Hello!
In the previous episode, we explored how LI.FI is tackling fragmentation in a multichain world. This time, we zoom out and ask what happens when crypto’s favourite derivative meets the $100 trillion traditional futures market?
Robert Shiller published a paper proposing perpetual futures as a way to create derivative markets for illiquid assets like housing back in 1993. The idea sat in academic journals for nearly two decades. Traditional exchanges never picked it up. About two decades later, BitMEX and a group of crypto exchanges turned the perpetuals into an actual product that people could trade.
It caught on because perpetuals solved real problems. People did not have to bother with monthly rollovers or the logistical overhead of physical deliveries. Funding rates kept prices anchored to spot. Within a few years, perpetuals accounted for over 90% of all crypto derivatives volume. The concept that traditional finance invented became crypto’s signature instrument.
Brett Harrison, founder of Architect and its exchange AX, is running the playbook in reverse. AX is a regulated centralised exchange offering perpetual futures on traditional asset classes: gold, silver, currencies like the Indian rupee and Mexican peso, single stocks like Apple and Tesla, and GPU compute power. The settlement rails are crypto native. Customers can post USDC as collateral and move money in seconds rather than waiting days for a wire to clear.
You might wonder why incumbents like CME never did this themselves. The answer lies in regulation, infrastructure and incentives.
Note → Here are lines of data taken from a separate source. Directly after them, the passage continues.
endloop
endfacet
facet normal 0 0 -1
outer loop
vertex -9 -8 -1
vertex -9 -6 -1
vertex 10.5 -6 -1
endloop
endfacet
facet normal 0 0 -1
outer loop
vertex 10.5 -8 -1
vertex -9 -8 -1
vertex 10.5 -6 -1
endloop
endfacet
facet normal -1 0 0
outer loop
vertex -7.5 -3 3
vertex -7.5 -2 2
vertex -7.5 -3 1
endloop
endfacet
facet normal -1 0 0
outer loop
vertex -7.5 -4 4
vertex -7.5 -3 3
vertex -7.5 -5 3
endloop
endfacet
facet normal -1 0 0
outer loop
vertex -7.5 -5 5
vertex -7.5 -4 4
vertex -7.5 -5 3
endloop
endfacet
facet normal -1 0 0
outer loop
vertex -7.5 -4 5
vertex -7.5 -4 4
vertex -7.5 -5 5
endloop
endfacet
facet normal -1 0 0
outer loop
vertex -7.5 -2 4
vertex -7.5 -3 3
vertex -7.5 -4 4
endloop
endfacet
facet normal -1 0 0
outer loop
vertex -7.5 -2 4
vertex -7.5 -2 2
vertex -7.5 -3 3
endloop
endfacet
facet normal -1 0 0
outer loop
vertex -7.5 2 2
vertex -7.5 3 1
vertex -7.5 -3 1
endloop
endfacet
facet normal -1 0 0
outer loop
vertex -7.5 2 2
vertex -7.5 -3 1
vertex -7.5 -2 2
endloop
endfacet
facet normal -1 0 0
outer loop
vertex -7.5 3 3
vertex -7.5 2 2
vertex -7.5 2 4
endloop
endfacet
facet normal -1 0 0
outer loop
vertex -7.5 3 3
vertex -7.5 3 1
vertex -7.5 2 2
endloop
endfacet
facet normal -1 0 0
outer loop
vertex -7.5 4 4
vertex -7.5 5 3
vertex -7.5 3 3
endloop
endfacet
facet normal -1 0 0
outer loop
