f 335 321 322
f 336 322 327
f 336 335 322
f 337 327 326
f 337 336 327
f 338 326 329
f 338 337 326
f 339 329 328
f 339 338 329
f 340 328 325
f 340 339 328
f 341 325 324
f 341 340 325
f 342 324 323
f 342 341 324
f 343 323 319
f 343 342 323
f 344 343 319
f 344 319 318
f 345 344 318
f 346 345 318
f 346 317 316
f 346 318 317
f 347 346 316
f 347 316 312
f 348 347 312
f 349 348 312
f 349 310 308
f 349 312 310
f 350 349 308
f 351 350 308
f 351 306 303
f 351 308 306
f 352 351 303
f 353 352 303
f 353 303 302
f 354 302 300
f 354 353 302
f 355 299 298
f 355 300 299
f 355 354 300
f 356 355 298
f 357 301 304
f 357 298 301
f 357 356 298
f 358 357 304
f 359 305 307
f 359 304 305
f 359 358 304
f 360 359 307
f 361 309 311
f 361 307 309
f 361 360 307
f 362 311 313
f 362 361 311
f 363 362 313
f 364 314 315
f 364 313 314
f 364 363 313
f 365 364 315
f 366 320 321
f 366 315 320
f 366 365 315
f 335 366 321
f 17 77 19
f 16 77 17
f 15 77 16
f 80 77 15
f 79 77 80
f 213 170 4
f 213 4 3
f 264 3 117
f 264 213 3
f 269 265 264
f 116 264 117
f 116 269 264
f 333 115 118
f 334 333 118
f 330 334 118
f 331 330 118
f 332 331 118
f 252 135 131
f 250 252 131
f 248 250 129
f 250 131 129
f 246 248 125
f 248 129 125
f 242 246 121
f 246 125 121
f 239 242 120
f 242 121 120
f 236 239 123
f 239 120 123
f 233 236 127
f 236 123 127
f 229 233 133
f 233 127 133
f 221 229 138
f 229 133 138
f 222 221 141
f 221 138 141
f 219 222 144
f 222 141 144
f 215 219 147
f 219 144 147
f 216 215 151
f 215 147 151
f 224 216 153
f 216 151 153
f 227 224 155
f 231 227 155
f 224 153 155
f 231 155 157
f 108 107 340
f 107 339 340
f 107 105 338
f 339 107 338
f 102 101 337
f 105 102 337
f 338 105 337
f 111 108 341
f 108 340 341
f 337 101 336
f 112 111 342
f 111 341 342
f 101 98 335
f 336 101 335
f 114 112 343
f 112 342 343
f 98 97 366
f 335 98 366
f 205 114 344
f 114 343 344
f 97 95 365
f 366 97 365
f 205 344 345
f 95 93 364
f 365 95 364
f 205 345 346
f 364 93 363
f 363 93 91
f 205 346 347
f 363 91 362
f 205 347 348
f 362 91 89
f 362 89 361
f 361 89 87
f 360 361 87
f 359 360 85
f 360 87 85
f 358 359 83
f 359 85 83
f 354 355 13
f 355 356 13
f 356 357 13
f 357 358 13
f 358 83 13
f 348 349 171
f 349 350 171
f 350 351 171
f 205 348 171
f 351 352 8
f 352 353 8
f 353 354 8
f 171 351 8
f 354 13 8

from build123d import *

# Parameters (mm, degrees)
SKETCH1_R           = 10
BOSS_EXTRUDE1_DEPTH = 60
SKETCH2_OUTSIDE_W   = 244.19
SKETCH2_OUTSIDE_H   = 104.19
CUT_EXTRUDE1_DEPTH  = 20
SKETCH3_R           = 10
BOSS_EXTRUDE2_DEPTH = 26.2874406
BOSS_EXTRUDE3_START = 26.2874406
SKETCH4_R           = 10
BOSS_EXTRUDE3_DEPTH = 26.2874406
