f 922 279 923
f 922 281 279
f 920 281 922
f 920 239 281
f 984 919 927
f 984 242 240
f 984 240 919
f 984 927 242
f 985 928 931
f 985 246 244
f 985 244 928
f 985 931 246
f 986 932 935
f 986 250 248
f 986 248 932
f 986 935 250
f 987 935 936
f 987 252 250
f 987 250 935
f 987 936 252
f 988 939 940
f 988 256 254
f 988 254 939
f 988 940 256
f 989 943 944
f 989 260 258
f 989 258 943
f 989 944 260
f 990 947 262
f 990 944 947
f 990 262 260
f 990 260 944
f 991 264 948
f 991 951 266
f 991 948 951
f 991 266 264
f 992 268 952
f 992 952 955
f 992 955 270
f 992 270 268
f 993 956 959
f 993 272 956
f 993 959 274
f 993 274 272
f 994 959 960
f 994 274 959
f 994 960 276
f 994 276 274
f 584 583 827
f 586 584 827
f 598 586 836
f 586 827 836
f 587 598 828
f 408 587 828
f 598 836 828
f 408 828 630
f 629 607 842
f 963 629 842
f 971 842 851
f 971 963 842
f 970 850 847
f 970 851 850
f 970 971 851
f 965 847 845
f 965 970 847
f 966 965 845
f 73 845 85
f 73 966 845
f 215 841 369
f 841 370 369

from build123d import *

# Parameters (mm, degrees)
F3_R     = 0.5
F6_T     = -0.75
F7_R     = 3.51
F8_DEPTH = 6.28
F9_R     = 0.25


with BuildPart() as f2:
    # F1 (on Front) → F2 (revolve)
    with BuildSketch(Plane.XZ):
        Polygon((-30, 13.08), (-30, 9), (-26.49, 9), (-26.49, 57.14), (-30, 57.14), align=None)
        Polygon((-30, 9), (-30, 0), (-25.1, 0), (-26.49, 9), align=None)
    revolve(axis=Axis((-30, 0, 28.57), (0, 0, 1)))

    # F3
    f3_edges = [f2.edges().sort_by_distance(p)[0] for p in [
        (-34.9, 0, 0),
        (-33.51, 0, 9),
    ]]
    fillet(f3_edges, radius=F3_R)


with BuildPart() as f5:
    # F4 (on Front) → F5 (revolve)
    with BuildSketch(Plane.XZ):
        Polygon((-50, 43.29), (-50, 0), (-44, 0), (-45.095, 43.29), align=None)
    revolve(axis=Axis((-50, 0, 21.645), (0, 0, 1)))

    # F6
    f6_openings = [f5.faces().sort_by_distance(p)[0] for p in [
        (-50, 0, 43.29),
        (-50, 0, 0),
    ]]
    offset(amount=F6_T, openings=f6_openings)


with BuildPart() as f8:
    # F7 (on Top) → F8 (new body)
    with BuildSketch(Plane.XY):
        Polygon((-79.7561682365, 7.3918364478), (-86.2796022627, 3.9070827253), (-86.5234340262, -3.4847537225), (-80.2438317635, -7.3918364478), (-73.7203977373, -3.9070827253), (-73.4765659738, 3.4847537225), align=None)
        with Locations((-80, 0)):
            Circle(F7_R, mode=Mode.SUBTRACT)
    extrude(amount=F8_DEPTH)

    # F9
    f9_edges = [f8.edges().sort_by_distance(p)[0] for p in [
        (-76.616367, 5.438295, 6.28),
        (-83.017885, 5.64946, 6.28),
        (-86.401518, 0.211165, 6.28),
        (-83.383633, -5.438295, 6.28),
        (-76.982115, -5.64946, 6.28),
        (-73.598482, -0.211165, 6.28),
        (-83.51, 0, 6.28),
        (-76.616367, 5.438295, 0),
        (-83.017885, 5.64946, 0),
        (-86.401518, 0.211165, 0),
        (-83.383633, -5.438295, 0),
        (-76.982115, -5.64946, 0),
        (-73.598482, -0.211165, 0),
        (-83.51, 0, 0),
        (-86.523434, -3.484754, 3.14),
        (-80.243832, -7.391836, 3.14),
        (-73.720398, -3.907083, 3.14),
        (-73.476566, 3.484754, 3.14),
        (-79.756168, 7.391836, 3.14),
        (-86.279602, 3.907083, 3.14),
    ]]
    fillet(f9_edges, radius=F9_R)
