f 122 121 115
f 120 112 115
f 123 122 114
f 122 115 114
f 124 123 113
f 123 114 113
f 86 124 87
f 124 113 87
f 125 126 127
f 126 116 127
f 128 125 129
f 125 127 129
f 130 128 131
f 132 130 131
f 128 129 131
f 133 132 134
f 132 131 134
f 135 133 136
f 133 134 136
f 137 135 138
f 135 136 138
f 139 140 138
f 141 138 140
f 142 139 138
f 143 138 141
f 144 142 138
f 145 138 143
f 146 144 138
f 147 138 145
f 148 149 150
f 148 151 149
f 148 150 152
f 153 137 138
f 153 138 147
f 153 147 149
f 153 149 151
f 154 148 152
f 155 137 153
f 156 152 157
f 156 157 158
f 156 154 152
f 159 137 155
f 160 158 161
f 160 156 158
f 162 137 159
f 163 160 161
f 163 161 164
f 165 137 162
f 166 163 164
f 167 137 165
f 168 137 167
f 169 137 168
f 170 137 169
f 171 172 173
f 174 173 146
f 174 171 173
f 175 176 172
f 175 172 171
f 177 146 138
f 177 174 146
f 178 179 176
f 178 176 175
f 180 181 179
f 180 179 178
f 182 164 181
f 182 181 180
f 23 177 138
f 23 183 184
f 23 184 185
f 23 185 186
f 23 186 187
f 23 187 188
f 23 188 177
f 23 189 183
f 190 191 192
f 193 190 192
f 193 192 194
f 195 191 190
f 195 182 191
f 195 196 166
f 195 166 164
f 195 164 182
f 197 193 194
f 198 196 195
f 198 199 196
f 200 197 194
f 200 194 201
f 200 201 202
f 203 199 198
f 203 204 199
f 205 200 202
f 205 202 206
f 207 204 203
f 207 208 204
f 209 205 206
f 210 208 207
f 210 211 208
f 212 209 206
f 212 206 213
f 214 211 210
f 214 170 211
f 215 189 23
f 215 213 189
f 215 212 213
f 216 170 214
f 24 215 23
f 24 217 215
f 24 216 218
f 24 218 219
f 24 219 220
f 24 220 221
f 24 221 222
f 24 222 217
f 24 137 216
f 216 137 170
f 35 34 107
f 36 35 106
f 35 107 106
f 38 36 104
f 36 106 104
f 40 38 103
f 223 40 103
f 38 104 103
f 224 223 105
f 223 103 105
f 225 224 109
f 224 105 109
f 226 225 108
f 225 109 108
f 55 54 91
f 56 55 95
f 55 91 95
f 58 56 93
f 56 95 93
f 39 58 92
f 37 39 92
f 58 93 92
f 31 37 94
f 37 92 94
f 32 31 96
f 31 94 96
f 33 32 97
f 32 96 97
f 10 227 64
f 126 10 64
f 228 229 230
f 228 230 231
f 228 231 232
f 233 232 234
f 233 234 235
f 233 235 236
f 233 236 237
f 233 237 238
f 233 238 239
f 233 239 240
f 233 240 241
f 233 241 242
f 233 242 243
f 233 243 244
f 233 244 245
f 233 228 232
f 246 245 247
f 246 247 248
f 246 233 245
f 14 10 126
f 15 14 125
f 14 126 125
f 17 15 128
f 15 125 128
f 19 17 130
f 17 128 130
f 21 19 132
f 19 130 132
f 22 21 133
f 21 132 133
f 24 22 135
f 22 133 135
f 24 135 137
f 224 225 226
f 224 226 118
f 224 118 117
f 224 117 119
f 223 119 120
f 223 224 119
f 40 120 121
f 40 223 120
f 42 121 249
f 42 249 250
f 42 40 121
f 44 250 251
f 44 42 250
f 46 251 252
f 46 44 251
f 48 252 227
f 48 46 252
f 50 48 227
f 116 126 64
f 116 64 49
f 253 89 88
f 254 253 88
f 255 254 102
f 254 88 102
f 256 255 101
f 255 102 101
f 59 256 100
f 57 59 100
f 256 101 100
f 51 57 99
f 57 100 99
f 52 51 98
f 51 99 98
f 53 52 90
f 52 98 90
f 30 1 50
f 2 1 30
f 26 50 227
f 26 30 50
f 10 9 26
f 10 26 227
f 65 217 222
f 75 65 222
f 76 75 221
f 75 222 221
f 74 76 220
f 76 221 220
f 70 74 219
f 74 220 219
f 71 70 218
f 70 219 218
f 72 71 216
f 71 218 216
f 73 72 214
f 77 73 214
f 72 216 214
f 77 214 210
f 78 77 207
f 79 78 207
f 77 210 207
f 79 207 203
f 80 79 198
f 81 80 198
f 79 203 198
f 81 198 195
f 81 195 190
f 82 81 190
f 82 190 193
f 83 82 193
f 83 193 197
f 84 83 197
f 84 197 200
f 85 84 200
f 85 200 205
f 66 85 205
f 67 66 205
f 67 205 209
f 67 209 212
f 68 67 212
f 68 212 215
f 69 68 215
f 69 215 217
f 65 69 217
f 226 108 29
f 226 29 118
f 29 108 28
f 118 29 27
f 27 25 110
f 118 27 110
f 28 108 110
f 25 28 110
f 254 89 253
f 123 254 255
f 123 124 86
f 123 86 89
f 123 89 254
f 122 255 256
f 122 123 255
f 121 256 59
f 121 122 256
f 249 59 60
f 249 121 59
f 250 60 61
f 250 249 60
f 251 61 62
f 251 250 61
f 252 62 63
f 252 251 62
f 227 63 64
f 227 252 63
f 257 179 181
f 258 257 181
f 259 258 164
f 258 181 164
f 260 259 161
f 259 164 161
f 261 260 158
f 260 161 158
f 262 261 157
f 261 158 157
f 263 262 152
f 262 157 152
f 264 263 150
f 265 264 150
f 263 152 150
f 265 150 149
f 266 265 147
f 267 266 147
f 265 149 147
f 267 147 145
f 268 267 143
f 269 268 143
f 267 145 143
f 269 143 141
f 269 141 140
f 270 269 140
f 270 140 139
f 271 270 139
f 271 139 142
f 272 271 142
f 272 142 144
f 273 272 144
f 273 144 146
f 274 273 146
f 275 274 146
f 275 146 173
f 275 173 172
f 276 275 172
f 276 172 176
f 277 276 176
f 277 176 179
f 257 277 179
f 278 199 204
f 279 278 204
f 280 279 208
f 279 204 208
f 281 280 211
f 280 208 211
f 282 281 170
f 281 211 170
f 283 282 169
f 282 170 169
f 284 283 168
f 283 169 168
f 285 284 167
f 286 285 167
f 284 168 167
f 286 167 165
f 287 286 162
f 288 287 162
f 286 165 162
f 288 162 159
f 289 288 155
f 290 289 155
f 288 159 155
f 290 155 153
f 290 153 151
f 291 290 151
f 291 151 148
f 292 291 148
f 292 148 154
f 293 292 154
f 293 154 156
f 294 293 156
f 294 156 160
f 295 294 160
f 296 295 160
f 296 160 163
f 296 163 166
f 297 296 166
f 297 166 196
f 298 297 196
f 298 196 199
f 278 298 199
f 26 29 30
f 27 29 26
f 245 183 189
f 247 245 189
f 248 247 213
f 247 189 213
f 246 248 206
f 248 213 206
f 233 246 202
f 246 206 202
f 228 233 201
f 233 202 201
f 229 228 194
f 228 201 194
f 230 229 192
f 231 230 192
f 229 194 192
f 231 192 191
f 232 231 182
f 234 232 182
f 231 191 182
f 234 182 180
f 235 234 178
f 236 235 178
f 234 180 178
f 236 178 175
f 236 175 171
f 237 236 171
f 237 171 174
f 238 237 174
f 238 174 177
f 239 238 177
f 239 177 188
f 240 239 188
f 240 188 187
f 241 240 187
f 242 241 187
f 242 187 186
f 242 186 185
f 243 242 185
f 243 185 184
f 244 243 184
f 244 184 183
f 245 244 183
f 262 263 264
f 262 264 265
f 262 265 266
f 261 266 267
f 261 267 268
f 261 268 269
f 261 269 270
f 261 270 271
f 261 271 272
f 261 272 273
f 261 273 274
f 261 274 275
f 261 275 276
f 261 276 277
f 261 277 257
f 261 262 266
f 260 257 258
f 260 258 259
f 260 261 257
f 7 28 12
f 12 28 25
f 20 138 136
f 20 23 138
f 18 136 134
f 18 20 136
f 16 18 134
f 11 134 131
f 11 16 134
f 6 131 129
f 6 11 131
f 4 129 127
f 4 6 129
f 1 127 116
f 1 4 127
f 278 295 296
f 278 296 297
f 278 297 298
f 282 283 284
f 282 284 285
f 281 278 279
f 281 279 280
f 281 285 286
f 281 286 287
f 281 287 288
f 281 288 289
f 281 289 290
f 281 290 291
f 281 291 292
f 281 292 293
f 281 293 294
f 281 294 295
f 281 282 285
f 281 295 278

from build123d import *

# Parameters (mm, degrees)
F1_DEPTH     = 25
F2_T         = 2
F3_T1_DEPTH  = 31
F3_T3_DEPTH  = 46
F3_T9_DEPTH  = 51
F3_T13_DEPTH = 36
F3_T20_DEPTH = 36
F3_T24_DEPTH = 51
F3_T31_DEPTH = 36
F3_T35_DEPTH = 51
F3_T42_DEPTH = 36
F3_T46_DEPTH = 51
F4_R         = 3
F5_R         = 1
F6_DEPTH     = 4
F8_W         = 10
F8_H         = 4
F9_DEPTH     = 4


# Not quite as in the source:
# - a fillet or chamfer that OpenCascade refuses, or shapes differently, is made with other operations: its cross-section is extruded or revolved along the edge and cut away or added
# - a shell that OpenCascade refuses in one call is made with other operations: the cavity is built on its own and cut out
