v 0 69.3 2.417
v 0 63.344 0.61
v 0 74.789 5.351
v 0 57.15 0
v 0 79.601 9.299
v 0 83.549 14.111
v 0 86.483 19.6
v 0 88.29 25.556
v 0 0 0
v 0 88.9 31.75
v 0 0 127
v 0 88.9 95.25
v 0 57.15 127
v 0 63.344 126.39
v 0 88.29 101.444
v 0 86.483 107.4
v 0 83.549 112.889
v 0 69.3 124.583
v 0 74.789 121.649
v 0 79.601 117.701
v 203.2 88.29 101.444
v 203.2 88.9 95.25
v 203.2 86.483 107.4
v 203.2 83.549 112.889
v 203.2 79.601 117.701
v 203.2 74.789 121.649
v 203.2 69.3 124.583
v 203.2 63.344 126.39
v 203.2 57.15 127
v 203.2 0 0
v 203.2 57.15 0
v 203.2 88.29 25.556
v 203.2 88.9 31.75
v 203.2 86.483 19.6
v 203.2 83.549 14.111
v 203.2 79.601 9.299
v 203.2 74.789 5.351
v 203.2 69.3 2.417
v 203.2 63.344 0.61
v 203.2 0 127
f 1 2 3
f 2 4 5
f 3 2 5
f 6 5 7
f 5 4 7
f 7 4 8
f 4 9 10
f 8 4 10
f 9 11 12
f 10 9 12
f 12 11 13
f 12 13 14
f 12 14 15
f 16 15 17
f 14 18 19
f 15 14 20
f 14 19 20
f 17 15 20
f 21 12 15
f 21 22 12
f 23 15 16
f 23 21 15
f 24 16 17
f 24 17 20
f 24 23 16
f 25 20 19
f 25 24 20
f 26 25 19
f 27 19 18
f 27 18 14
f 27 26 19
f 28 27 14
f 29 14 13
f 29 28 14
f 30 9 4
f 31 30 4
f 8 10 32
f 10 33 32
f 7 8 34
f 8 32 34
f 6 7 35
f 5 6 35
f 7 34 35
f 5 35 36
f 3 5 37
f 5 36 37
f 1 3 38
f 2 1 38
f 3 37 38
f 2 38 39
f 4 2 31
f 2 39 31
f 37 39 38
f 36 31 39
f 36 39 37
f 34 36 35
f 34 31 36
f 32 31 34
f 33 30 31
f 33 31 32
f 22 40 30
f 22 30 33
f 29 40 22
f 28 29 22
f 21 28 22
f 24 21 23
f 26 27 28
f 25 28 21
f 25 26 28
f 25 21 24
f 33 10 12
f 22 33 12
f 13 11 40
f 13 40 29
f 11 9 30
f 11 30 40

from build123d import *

# Parameters (mm, degrees)
F0_W     = 88.9
F0_H     = 127
F1_DEPTH = 203.2
F2_R     = 31.75
F3_R     = 31.75


with BuildPart() as f1:
    # F0 (on Right) → F1 (new body)
    with BuildSketch(Plane.YZ):
        with Locations((44.45, 63.5)):
            Rectangle(F0_W, F0_H)
    extrude(amount=F1_DEPTH)

    # F2
    f2_edges = [f1.edges().sort_by_distance(p)[0] for p in [
        (101.6, 88.9, 127),
    ]]
    fillet(f2_edges, radius=F2_R)

    # F3
    f3_edges = [f1.edges().sort_by_distance(p)[0] for p in [
        (101.6, 88.9, 0),
    ]]
    fillet(f3_edges, radius=F3_R)


solid = f1.part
US regulation does not clearly classify perpetuals as futures. They might be swaps, which would restrict retail access entirely. CME’s clearing architecture runs on fixed daily settlement cycles incompatible with continuous funding rate mechanisms. And CME earns substantial revenue from customers rolling expiring futures every month and every quarter. Each roll creates two transactions, and both are charged. Launching a superior product that cannibalises that revenue is a textbook innovator’s dilemma.
Traditional futures still win in specific contexts: regulatory clarity under CFTC oversight, central clearing that eliminates counterparty risk, and predictable costs without ongoing funding payments. $19 billion was lost collectively during the 10/10 liquidation event across crypto markets. A lot of it could have been avoided if the exchanges had safeguards like price bands, circuit breakers, and margin calls rather than automatic liquidations. Traditional finance built these failsafes over decades, and AX incorporates them all.
The bet Harrison is making is that for a very large class of participants, from CFD brokers hedging exposure to crypto native firms branching into equities, perpetuals on crypto rails are simply better. CME alone supports more than $8T in average notional daily volume compared to all of crypto at $250B. The overall futures market is estimated to turn over at least $15T per day, and AX wants a piece of that.
It is clear to me that the whole of finance will meaningfully change in a few years, and crypto rails will play a major role. Traditional assets coming on-chain and traditional finance using crypto rails to cut costs and time will likely be a secular trend going forward.